Alleviation of the tax burden, which is still very heavy, should become another area for using public funds. It is much more important and promising than accumulating money in the notorious stabilization fund.
Today, Russia is badly in need of a government that would give up the accountant approach to taxation, one that would view lower taxes as potential investments in Russia’s economic development and not “reduced budget revenues.”

Administrative revolution

Vladimir Putin mentioned the need for administrative reform as one of the reasons for dismissing the cabinet. To all appearances, this will be the main issue of his second term. Here, we can also observe an almost dialectic contradiction: while “assembling” the state, it was necessary to foster and strengthen in every way possible the demoralized and disorganized managerial class. Now it has gotten stronger and has powers beyond all proper measure. Take, for example, officers from sixty (!) federal agencies have the authority to suspend operations at a company without a court ruling. 
On the same day Putin was speaking with members of the former cabinet, a forum entitled “Administrative Reform and Small Business” took place in Moscow, organized by an entrepreneurial association called Opora Rossii. Acting Vice-Premier Boris Aleshin reported to the public that the state machinery will be reduced by 30%, that the ministries will keep no more than 15% of their present functions, that oversight agencies will be separated from executive agencies, and that commercial organizations will be responsible for conducting official inspections. All this will spells an administrative revolution, as Mikhail Dmitriev, acting First Deputy Minister of Economic Development and one of the draftsmen of the reform, said.

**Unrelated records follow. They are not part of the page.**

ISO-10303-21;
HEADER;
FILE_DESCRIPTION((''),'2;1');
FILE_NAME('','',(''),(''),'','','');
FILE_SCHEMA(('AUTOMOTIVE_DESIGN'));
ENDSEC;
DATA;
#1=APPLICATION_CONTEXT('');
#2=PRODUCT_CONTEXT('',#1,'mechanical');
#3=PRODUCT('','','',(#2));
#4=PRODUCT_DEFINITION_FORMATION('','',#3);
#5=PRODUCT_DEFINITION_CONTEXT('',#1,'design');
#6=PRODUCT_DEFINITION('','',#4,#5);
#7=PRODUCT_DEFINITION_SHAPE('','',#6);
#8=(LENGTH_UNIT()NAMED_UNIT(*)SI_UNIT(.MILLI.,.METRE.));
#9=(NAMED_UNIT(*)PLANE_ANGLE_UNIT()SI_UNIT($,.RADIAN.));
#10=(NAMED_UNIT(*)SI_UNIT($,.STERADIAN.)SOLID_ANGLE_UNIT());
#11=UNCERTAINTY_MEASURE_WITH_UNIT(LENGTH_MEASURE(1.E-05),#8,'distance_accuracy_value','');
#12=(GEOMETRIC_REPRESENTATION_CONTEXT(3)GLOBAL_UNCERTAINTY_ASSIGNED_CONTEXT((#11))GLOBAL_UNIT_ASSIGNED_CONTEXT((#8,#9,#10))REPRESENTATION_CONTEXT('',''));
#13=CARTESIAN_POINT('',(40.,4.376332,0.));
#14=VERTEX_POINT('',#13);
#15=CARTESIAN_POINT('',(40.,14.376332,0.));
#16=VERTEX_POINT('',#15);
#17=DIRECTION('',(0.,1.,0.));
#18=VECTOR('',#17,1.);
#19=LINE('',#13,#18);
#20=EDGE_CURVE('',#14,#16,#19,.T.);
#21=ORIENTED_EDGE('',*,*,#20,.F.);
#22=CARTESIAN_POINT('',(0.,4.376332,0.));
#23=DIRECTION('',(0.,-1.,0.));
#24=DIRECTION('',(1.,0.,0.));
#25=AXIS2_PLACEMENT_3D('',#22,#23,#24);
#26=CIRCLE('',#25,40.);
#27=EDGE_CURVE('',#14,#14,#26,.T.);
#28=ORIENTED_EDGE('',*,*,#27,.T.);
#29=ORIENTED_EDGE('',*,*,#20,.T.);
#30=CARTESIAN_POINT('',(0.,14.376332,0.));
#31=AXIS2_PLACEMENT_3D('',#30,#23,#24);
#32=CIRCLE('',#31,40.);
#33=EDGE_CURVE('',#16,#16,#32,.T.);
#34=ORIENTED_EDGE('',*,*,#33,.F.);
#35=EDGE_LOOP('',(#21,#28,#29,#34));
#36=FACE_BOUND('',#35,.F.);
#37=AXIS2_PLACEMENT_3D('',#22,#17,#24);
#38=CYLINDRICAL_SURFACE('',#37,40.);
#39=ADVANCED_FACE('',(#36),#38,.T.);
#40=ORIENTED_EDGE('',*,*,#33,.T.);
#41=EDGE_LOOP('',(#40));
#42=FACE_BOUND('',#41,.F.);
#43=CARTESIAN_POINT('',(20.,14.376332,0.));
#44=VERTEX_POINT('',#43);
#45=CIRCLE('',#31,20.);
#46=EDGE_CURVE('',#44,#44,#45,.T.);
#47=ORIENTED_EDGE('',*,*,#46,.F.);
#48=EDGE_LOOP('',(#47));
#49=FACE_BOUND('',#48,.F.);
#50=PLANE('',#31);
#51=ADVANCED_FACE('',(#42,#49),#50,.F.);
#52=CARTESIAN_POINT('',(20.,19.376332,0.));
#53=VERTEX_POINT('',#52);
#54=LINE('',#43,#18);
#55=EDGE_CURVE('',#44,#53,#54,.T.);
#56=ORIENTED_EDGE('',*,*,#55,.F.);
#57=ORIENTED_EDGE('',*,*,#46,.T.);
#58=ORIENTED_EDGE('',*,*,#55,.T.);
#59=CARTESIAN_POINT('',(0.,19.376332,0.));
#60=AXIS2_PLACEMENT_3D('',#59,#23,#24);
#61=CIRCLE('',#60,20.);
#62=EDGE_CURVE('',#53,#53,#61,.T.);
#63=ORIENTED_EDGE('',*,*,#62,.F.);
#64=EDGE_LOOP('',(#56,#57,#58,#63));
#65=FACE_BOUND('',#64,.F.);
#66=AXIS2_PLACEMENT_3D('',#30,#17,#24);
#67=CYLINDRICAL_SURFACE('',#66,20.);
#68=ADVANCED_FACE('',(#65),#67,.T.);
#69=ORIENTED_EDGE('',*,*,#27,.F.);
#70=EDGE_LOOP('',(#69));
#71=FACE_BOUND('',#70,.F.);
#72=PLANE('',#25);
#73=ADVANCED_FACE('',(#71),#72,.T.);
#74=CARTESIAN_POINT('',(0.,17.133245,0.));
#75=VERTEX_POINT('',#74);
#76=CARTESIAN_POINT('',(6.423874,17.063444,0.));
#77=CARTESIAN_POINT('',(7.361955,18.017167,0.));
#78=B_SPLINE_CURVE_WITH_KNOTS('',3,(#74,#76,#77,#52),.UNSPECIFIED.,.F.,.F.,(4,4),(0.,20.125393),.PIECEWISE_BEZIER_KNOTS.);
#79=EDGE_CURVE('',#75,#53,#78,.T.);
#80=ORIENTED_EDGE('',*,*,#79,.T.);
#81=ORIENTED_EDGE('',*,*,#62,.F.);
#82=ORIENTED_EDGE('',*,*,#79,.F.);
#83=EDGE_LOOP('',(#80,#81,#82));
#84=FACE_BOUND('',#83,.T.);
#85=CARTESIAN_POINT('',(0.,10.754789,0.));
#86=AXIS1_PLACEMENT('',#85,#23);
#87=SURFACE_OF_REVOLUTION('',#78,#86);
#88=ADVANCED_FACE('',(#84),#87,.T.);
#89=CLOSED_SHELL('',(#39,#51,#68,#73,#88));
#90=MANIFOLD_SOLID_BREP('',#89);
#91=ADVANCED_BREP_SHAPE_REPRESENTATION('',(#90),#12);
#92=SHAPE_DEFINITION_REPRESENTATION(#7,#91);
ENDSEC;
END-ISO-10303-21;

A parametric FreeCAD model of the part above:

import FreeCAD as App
import Part
import Sketcher

doc = App.newDocument("Part")
body = doc.addObject("PartDesign::Body", "Body")

# Sketch on XY plane
sketch1 = body.newObject("Sketcher::SketchObject", "Sketch")
sketch1.AttachmentSupport = (doc.getObject("XY_Plane"), [""])
sketch1.MapMode = "FlatFace"
sketch1.addGeometry(Part.BSplineCurve([App.Vector(0, 17.133245, 0), App.Vector(6.423874, 17.063444, 0), App.Vector(7.361955, 18.017167, 0), App.Vector(20, 19.376332, 0)], [4, 4], [0, 20.125393], False, 3, [1, 1, 1, 1], False), False)
sketch1.addGeometry(Part.LineSegment(App.Vector(0, 17.133245, 0), App.Vector(0, 4.376332, 0)), False)
sketch1.addGeometry(Part.LineSegment(App.Vector(0, 4.376332, 0), App.Vector(40, 4.376332, 0)), False)
sketch1.addGeometry(Part.LineSegment(App.Vector(40, 4.376332, 0), App.Vector(40, 14.376332, 0)), False)
sketch1.addGeometry(Part.LineSegment(App.Vector(40, 14.376332, 0), App.Vector(20, 14.376332, 0)), False)
sketch1.addGeometry(Part.LineSegment(App.Vector(20, 14.376332, 0), App.Vector(20, 19.376332, 0)), False)
sketch1.addConstraint(Sketcher.Constraint("Block", 0))
sketch1.addConstraint(Sketcher.Constraint("Coincident", 0, 1, 1, 1))
sketch1.addConstraint(Sketcher.Constraint("Coincident", 1, 2, 2, 1))
sketch1.addConstraint(Sketcher.Constraint("Coincident", 2, 2, 3, 1))
sketch1.addConstraint(Sketcher.Constraint("Coincident", 3, 2, 4, 1))
sketch1.addConstraint(Sketcher.Constraint("Coincident", 4, 2, 5, 1))
sketch1.addConstraint(Sketcher.Constraint("Coincident", 5, 2, 0, 2))
sketch1.addConstraint(Sketcher.Constraint("Vertical", 1))
sketch1.addConstraint(Sketcher.Constraint("Horizontal", 2))
sketch1.addConstraint(Sketcher.Constraint("Vertical", 3))
sketch1.addConstraint(Sketcher.Constraint("Horizontal", 4))
sketch1.addConstraint(Sketcher.Constraint("Vertical", 5))
sketch1.addConstraint(Sketcher.Constraint("DistanceX", 2, 1, 2, 2, 40.0))
sketch1.addConstraint(Sketcher.Constraint("DistanceY", 3, 1, 3, 2, 10.0))
sketch1.addConstraint(Sketcher.Constraint("DistanceY", 5, 1, 5, 2, 5.0))
revolution = body.newObject("PartDesign::Revolution", "Revolution")
revolution.Profile = sketch1
revolution.ReferenceAxis = (sketch1, ["V_Axis"])
revolution.Angle = 360

doc.recompute()
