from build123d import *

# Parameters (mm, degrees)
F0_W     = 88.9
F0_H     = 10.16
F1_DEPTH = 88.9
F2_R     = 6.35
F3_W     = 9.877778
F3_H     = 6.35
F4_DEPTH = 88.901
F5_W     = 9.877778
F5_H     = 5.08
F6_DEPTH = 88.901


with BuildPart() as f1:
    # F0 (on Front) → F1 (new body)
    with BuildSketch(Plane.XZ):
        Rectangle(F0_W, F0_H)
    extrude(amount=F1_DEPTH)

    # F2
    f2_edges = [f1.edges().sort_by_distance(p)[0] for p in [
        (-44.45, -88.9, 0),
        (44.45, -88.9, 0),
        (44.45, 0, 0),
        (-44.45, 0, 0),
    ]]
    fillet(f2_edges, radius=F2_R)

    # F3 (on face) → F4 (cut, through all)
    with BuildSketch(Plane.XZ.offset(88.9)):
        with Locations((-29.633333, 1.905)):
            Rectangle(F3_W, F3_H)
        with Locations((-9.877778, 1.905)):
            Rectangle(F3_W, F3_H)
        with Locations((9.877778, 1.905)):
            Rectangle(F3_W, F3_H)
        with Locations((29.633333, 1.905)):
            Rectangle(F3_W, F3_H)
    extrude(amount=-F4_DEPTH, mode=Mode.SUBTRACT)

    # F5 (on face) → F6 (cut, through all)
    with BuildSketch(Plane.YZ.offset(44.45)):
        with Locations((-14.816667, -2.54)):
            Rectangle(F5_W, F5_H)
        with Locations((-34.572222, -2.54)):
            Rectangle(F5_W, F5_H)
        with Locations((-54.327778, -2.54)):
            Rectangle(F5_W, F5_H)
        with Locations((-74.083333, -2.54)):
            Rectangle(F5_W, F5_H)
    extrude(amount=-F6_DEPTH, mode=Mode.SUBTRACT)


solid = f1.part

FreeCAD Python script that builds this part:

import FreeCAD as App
import Part
import Sketcher
from FreeCAD import Vector
Q = App.Units.Quantity


def edges_at(feature, points):
    """Names of the edges that pass closest to the given points."""
    edges = feature.Shape.Edges
    near = lambda p: min(range(len(edges)), key=lambda i: edges[i].distToShape(Part.Vertex(*p))[0])
    return sorted({f"Edge{near(p) + 1}" for p in points})


def add_polygon(sketch, points):
    """Adds a closed chain of lines whose ends are joined by coincident constraints."""
    first, n = sketch.GeometryCount, len(points)
    for a, b in zip(points, points[1:] + points[:1]):
        sketch.addGeometry(Part.LineSegment(App.Vector(*a, 0), App.Vector(*b, 0)), False)
    for i in range(n):
        sketch.addConstraint(Sketcher.Constraint("Coincident", first + i, 2, first + (i + 1) % n, 1))

doc = App.newDocument("Part")
body = doc.addObject("PartDesign::Body", "Body")

# Sketch on XZ plane
sketch1 = body.newObject("Sketcher::SketchObject", "Sketch")
sketch1.AttachmentSupport = (doc.getObject("XZ_Plane"), [""])
sketch1.MapMode = "FlatFace"
add_polygon(sketch1, [(-44.45, 5.08), (-44.45, -5.08), (44.45, -5.08), (44.45, 5.08)])  # lines 0-3
sketch1.addConstraint([
    Sketcher.Constraint("Vertical", 0),
    Sketcher.Constraint("Horizontal", 1),
    Sketcher.Constraint("Vertical", 2),
    Sketcher.Constraint("Horizontal", 3),
    Sketcher.Constraint("Symmetric", 0, 2, 2, 2, -1, 1),
    Sketcher.Constraint("DistanceX", 1, 1, 1, 2, Q("3.5 in")),
    Sketcher.Constraint("DistanceY", 0, 2, 0, 1, Q("0.4 in")),
])
pad1 = body.newObject("PartDesign::Pad", "Pad")
pad1.Profile = sketch1
pad1.Length = Q("3.5 in")
doc.recompute()

fillet = body.newObject("PartDesign::Fillet", "Fillet")
fillet.Base = (pad1, edges_at(pad1, [
    (-44.45, -88.9, 0),
    (44.45, -88.9, 0),
    (44.45, 0, 0),
    (-44.45, 0, 0),
]))
fillet.Radius = Q("0.25 in")

# Sketch on XZ plane
sketch2 = body.newObject("Sketcher::SketchObject", "Sketch001")
sketch2.AttachmentSupport = (doc.getObject("XZ_Plane"), [""])
sketch2.MapMode = "FlatFace"
sketch2.AttachmentOffset = App.Placement(Vector(0, 0, 3.5 * 25.4), App.Rotation())
add_polygon(sketch2, [(-34.572222, 5.08), (-34.572222, -1.27), (-24.694444, -1.27), (-24.694444, 5.08)])  # lines 0-3
add_polygon(sketch2, [(-14.816667, 5.08), (-14.816667, -1.27), (-4.938889, -1.27), (-4.938889, 5.08)])  # lines 4-7
add_polygon(sketch2, [(4.938889, 5.08), (4.938889, -1.27), (14.816667, -1.27), (14.816667, 5.08)])  # lines 8-11
add_polygon(sketch2, [(24.694444, 5.08), (24.694444, -1.27), (34.572222, -1.27), (34.572222, 5.08)])  # lines 12-15
sketch2.addConstraint([
    Sketcher.Constraint("Vertical", 0),
    Sketcher.Constraint("Horizontal", 1),
    Sketcher.Constraint("Vertical", 2),
    Sketcher.Constraint("Horizontal", 3),
    Sketcher.Constraint("Vertical", 4),
    Sketcher.Constraint("Horizontal", 5),
    Sketcher.Constraint("Vertical", 6),
    Sketcher.Constraint("Horizontal", 7),
    Sketcher.Constraint("Vertical", 8),
    Sketcher.Constraint("Horizontal", 9),
    Sketcher.Constraint("Vertical", 10),
    Sketcher.Constraint("Horizontal", 11),
    Sketcher.Constraint("Vertical", 12),
    Sketcher.Constraint("Horizontal", 13),
    Sketcher.Constraint("Vertical", 14),
    Sketcher.Constraint("Horizontal", 15),
    Sketcher.Constraint("Symmetric", 5, 2, 8, 2, -2),
    Sketcher.Constraint("Symmetric", 7, 2, 10, 2, -2),
    Sketcher.Constraint("Symmetric", 1, 2, 12, 2, -2),
    Sketcher.Constraint("Symmetric", 3, 2, 14, 2, -2),
    Sketcher.Constraint("Horizontal", 1, 2, 4, 2),
    Sketcher.Constraint("Horizontal", 3, 2, 6, 2),
    Sketcher.Constraint("Equal", 3, 5),
    Sketcher.Constraint("DistanceY", 0, 2, 0, 1, Q("0.25 in")),
    Sketcher.Constraint("DistanceY", -1, 1, 2, 2, Q("0.2 in")),
    Sketcher.Constraint("DistanceX", 5, 1, 5, 2, 9.877778),
    Sketcher.Constraint("DistanceX", 0, 2, -1, 1, 34.572222),
    Sketcher.Constraint("DistanceX", 5, 2, -1, 1, 4.938889),
])
pocket1 = body.newObject("PartDesign::Pocket", "Pocket")
pocket1.Profile = sketch2
pocket1.Type = "ThroughAll"

# Sketch on YZ plane
sketch3 = body.newObject("Sketcher::SketchObject", "Sketch002")
sketch3.AttachmentSupport = (doc.getObject("YZ_Plane"), [""])
sketch3.MapMode = "FlatFace"
sketch3.AttachmentOffset = App.Placement(Vector(0, 0, 1.75 * 25.4), App.Rotation())
add_polygon(sketch3, [(-19.755556, 0), (-19.755556, -5.08), (-9.877778, -5.08), (-9.877778, 0)])  # lines 0-3
add_polygon(sketch3, [(-39.511111, 0), (-39.511111, -5.08), (-29.633333, -5.08), (-29.633333, 0)])  # lines 4-7
add_polygon(sketch3, [(-59.266667, 0), (-59.266667, -5.08), (-49.388889, -5.08), (-49.388889, 0)])  # lines 8-11
add_polygon(sketch3, [(-79.022222, 0), (-79.022222, -5.08), (-69.144444, -5.08), (-69.144444, 0)])  # lines 12-15
sketch3.addConstraint([
    Sketcher.Constraint("Vertical", 0),
    Sketcher.Constraint("Horizontal", 1),
    Sketcher.Constraint("Vertical", 2),
    Sketcher.Constraint("Horizontal", 3),
    Sketcher.Constraint("Vertical", 4),
    Sketcher.Constraint("Horizontal", 5),
    Sketcher.Constraint("Vertical", 6),
    Sketcher.Constraint("Horizontal", 7),
    Sketcher.Constraint("Vertical", 8),
    Sketcher.Constraint("Horizontal", 9),
    Sketcher.Constraint("Vertical", 10),
    Sketcher.Constraint("Horizontal", 11),
    Sketcher.Constraint("Vertical", 12),
    Sketcher.Constraint("Horizontal", 13),
    Sketcher.Constraint("Vertical", 14),
    Sketcher.Constraint("Horizontal", 15),
    Sketcher.Constraint("PointOnObject", 2, 2, -1),
    Sketcher.Constraint("PointOnObject", 6, 2, -1),
    Sketcher.Constraint("PointOnObject", 10, 2, -1),
    Sketcher.Constraint("PointOnObject", 14, 2, -1),
    Sketcher.Constraint("Horizontal", 1, 2, 4, 2),
    Sketcher.Constraint("Horizontal", 5, 2, 8, 2),
    Sketcher.Constraint("Horizontal", 9, 2, 12, 2),
    Sketcher.Constraint("Equal", 3, 5),
    Sketcher.Constraint("Equal", 7, 9),
    Sketcher.Constraint("Equal", 11, 13),
    Sketcher.Constraint("DistanceY", 0, 2, 0, 1, Q("0.2 in")),
    Sketcher.Constraint("DistanceX", 13, 1, 13, 2, 9.877778),
    Sketcher.Constraint("DistanceX", 4, 2, -1, 1, 39.511111),
    Sketcher.Constraint("DistanceX", 9, 2, -1, 1, 49.388889),
    Sketcher.Constraint("DistanceX", 12, 2, -1, 1, 79.022222),
    Sketcher.Constraint("DistanceX", 8, 2, 0, 2, 39.511111),
])
pocket2 = body.newObject("PartDesign::Pocket", "Pocket001")
pocket2.Profile = sketch3
pocket2.Type = "ThroughAll"

doc.recompute()
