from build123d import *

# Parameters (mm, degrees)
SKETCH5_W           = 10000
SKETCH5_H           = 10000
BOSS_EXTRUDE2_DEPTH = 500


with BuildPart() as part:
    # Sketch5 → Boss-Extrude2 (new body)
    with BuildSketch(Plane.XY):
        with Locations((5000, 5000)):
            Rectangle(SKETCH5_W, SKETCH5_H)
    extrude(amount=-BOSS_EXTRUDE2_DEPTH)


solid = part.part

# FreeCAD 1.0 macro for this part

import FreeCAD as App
import Part
import Sketcher


def add_polygon(sketch, points):
    """Adds a closed chain of lines whose ends are joined by coincident constraints."""
    first, n = sketch.GeometryCount, len(points)
    for a, b in zip(points, points[1:] + points[:1]):
        sketch.addGeometry(Part.LineSegment(App.Vector(*a, 0), App.Vector(*b, 0)), False)
    for i in range(n):
        sketch.addConstraint(Sketcher.Constraint("Coincident", first + i, 2, first + (i + 1) % n, 1))

doc = App.newDocument("Part")
body = doc.addObject("PartDesign::Body", "Body")

sketch1 = body.newObject("Sketcher::SketchObject", "Sketch")
sketch1.AttachmentSupport = (doc.getObject("XY_Plane"), [""])
sketch1.MapMode = "FlatFace"
add_polygon(sketch1, [(0, 10000), (0, 0), (10000, 0), (10000, 10000)])
sketch1.addConstraint([
    Sketcher.Constraint("Vertical", 0),
    Sketcher.Constraint("Horizontal", 1),
    Sketcher.Constraint("Vertical", 2),
    Sketcher.Constraint("Horizontal", 3),
    Sketcher.Constraint("Coincident", 0, 2, -1, 1),
    Sketcher.Constraint("Equal", 3, 0),
    Sketcher.Constraint("DistanceX", 1, 1, 1, 2, 10000.0),
])
pad1 = body.newObject("PartDesign::Pad", "Pad")
pad1.Profile = sketch1
pad1.Length = 500
pad1.Reversed = True

doc.recompute()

If Putin succeeds in making Russian officialdom compact, efficient and friendly to business and the public and in confining corruption, all other reforms will move along brilliantly and the long-awaited Russian economic miracle will finally occur. There are only two worrisome things: first, no one in the history of Russia has ever succeeded in doing this, and second, a change of government alone is not enough. The government, no matter how progressive the future prime minister may be, will be unable and unwilling to make a revolution on its own. In other words, the second term of Vladimir Putin must partly be a negation of the first term. Such is the nature of dialectics.